▸ TASK ITEM: The entries below contain a stretch that opens with the line containing "#171=DIRECTION('',(0.52888479,0.727947465,0.436317966));" and closes with the line containing "END-ISO-10303-21;"; set down that stretch exactly, both ends included, and nothing else.

▸ EXERCISE MATERIALS:
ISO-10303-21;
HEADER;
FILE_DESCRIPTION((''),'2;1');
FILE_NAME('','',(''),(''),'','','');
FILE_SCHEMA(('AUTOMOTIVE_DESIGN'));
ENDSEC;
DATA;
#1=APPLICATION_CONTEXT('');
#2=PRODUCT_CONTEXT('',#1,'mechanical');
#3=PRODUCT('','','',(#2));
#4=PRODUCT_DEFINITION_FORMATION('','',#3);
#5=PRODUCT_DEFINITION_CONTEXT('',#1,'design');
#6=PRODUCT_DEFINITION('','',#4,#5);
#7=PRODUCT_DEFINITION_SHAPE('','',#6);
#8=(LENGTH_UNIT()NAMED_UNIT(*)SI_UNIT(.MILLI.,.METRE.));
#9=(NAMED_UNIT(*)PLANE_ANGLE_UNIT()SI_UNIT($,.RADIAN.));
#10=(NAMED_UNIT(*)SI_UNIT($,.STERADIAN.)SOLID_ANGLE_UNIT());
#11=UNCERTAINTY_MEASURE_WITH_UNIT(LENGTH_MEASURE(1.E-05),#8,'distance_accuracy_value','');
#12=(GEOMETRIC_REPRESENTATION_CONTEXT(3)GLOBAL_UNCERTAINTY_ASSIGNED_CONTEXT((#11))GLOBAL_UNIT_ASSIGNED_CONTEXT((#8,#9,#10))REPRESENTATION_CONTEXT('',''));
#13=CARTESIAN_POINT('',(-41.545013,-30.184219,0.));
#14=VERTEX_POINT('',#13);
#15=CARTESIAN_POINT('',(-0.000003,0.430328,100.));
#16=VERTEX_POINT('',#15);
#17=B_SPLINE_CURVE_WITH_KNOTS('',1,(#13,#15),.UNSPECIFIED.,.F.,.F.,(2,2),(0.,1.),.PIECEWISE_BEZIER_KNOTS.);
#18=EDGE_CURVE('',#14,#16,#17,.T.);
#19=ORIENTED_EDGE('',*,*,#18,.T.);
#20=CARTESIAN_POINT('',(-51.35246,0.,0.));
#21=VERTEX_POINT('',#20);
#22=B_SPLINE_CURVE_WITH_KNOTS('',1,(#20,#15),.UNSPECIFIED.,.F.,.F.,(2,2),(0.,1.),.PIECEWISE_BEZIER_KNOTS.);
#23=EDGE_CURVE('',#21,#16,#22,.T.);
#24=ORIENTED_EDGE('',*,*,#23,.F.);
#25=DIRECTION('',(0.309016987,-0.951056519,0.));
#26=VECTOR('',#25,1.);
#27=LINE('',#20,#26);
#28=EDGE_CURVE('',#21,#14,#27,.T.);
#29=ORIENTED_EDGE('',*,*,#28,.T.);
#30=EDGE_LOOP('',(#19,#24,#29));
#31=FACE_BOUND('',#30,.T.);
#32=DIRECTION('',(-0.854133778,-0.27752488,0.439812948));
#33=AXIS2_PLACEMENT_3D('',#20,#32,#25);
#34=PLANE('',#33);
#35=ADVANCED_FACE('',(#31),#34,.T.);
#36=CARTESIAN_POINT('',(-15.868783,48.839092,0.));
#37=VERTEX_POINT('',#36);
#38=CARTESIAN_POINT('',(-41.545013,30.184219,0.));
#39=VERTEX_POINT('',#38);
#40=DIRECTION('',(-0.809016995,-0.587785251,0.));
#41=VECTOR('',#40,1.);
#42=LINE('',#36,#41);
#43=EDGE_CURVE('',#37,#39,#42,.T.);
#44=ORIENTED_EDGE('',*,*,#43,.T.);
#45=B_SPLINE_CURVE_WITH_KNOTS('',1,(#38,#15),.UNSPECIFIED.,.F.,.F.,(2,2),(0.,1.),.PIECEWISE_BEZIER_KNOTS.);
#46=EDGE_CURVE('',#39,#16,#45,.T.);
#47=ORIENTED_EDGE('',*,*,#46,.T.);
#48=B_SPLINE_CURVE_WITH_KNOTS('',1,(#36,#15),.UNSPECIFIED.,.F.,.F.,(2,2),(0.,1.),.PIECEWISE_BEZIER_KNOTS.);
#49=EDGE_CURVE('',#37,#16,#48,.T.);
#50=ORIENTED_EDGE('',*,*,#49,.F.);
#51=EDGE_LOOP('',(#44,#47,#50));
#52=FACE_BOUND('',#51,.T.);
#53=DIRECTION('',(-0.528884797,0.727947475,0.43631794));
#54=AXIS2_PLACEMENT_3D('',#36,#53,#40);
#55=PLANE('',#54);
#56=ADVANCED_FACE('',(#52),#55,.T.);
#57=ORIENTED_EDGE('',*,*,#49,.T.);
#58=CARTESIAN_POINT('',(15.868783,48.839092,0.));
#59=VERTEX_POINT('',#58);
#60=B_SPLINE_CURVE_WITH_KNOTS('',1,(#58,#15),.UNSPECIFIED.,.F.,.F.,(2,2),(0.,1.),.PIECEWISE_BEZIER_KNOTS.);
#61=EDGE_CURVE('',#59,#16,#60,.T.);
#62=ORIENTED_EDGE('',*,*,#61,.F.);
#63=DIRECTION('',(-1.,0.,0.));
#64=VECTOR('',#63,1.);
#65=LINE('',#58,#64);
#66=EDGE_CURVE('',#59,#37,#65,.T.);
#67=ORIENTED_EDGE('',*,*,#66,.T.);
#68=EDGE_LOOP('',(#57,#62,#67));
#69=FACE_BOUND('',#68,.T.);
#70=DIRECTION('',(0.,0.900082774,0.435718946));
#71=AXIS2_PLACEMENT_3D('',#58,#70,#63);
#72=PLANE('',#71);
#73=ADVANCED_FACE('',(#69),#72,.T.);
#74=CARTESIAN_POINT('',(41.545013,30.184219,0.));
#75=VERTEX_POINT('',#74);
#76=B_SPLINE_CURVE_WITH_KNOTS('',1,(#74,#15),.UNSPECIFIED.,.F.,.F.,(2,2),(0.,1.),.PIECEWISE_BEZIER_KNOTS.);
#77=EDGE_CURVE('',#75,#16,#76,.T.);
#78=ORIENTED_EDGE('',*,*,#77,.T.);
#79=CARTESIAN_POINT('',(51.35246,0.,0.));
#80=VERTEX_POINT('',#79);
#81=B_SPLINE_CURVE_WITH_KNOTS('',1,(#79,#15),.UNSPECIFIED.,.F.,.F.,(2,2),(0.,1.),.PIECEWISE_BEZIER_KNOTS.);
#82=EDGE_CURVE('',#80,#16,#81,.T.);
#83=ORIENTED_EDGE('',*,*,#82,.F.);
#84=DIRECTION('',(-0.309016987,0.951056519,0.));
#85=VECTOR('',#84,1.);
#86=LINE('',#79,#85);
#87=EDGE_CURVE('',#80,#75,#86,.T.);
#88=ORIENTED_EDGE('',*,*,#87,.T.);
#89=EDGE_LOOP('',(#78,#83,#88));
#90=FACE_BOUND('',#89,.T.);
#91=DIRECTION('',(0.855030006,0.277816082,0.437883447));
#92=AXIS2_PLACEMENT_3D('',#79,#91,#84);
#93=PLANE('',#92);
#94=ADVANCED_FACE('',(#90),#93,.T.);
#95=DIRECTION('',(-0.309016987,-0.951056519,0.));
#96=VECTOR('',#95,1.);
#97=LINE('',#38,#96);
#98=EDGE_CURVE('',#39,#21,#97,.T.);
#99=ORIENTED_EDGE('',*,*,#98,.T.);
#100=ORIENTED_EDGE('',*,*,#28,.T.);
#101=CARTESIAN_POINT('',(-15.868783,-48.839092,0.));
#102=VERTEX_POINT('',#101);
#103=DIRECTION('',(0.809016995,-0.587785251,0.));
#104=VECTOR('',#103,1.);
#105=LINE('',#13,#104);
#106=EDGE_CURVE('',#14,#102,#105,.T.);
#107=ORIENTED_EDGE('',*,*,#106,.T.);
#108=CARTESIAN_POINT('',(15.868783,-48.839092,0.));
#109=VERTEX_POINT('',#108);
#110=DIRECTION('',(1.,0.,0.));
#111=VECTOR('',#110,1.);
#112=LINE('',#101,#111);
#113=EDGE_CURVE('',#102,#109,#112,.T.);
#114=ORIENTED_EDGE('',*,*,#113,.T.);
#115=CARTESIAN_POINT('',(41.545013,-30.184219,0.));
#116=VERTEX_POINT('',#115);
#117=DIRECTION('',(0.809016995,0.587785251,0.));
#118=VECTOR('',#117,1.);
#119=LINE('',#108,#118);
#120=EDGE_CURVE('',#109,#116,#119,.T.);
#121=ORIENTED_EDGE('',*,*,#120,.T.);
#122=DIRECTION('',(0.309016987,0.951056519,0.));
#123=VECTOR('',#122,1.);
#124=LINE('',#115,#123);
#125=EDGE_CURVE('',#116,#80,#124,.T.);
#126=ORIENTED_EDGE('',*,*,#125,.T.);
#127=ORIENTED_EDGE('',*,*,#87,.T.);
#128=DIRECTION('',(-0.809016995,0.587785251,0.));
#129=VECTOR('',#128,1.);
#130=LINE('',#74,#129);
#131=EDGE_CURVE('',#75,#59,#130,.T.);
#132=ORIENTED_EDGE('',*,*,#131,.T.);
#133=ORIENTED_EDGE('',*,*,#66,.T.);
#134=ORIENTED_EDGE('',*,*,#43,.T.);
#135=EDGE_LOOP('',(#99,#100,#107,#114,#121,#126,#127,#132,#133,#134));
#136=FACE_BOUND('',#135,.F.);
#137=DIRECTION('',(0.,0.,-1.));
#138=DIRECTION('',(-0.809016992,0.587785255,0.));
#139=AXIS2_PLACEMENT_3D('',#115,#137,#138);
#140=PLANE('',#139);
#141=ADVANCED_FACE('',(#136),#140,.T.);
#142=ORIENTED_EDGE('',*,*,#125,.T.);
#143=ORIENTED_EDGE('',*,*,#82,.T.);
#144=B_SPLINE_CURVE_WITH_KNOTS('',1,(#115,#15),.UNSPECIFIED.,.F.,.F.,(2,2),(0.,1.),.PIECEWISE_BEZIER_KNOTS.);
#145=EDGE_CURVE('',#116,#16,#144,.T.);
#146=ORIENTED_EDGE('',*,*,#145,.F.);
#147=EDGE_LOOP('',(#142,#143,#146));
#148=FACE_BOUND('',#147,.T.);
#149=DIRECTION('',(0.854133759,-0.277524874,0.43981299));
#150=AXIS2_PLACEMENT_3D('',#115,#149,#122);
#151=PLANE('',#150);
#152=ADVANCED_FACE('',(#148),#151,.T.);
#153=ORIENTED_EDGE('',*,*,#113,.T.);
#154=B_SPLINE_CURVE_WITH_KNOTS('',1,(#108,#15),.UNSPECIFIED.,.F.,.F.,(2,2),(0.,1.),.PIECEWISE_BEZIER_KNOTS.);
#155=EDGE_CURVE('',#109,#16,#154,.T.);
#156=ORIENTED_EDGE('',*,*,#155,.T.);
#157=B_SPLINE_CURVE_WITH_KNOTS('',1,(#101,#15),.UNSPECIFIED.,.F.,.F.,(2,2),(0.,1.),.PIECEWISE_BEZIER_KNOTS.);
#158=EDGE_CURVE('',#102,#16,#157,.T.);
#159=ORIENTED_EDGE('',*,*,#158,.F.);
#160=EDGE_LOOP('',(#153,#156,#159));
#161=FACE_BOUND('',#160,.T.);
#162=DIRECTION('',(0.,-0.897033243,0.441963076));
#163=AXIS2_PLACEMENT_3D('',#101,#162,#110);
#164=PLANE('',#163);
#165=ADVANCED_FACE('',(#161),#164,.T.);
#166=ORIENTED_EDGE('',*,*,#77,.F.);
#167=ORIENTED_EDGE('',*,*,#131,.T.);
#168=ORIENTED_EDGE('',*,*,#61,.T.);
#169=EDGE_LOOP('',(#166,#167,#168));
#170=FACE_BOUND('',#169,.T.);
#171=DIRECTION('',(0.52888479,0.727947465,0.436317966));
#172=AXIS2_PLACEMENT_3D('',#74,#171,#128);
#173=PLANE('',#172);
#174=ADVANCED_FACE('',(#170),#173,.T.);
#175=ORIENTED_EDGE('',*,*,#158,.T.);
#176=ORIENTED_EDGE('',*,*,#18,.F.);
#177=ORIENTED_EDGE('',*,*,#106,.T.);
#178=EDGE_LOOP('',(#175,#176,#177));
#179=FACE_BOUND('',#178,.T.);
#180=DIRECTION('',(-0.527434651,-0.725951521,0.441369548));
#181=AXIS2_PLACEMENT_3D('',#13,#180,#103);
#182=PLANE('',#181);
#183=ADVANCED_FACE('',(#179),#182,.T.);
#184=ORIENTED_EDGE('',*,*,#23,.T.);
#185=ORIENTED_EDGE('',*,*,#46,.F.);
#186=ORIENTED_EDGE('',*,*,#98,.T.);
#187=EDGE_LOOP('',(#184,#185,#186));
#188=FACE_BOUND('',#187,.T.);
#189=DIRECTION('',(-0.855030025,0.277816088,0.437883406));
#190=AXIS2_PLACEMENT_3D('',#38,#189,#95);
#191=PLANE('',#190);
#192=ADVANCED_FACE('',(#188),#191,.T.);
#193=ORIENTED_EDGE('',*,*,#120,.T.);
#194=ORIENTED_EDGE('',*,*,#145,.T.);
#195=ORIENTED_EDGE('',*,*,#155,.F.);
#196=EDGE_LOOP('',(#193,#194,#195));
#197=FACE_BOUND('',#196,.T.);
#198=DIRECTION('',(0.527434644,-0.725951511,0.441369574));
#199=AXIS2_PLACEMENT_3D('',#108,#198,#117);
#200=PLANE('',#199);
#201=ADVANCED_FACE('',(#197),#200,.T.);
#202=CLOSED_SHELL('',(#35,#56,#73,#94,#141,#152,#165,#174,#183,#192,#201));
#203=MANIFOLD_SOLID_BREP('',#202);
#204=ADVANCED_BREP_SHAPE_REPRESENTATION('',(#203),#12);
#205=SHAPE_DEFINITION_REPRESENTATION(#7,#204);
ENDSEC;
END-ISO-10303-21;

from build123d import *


with BuildPart() as f3:
    # F0 (on Top) → F3 section 0
    with BuildSketch(Plane.XY, mode=Mode.PRIVATE) as f3_s0:
        Polygon((41.545013, -30.184219), (51.35246, 0), (41.545013, 30.184219), (15.868783, 48.839092), (-15.868783, 48.839092), (-41.545013, 30.184219), (-51.35246, 0), (-41.545013, -30.184219), (-15.868783, -48.839092), (15.868783, -48.839092), align=None)
    loft([f3_s0.sketch, Vertex(-3e-06, 0.430328, 100)])


solid = f3.part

▸ ANSWER SPACE:
#171=DIRECTION('',(0.52888479,0.727947465,0.436317966));
#172=AXIS2_PLACEMENT_3D('',#74,#171,#128);
#173=PLANE('',#172);
#174=ADVANCED_FACE('',(#170),#173,.T.);
#175=ORIENTED_EDGE('',*,*,#158,.T.);
#176=ORIENTED_EDGE('',*,*,#18,.F.);
#177=ORIENTED_EDGE('',*,*,#106,.T.);
#178=EDGE_LOOP('',(#175,#176,#177));
#179=FACE_BOUND('',#178,.T.);
#180=DIRECTION('',(-0.527434651,-0.725951521,0.441369548));
#181=AXIS2_PLACEMENT_3D('',#13,#180,#103);
#182=PLANE('',#181);
#183=ADVANCED_FACE('',(#179),#182,.T.);
#184=ORIENTED_EDGE('',*,*,#23,.T.);
#185=ORIENTED_EDGE('',*,*,#46,.F.);
#186=ORIENTED_EDGE('',*,*,#98,.T.);
#187=EDGE_LOOP('',(#184,#185,#186));
#188=FACE_BOUND('',#187,.T.);
#189=DIRECTION('',(-0.855030025,0.277816088,0.437883406));
#190=AXIS2_PLACEMENT_3D('',#38,#189,#95);
#191=PLANE('',#190);
#192=ADVANCED_FACE('',(#188),#191,.T.);
#193=ORIENTED_EDGE('',*,*,#120,.T.);
#194=ORIENTED_EDGE('',*,*,#145,.T.);
#195=ORIENTED_EDGE('',*,*,#155,.F.);
#196=EDGE_LOOP('',(#193,#194,#195));
#197=FACE_BOUND('',#196,.T.);
#198=DIRECTION('',(0.527434644,-0.725951511,0.441369574));
#199=AXIS2_PLACEMENT_3D('',#108,#198,#117);
#200=PLANE('',#199);
#201=ADVANCED_FACE('',(#197),#200,.T.);
#202=CLOSED_SHELL('',(#35,#56,#73,#94,#141,#152,#165,#174,#183,#192,#201));
#203=MANIFOLD_SOLID_BREP('',#202);
#204=ADVANCED_BREP_SHAPE_REPRESENTATION('',(#203),#12);
#205=SHAPE_DEFINITION_REPRESENTATION(#7,#204);
ENDSEC;
END-ISO-10303-21;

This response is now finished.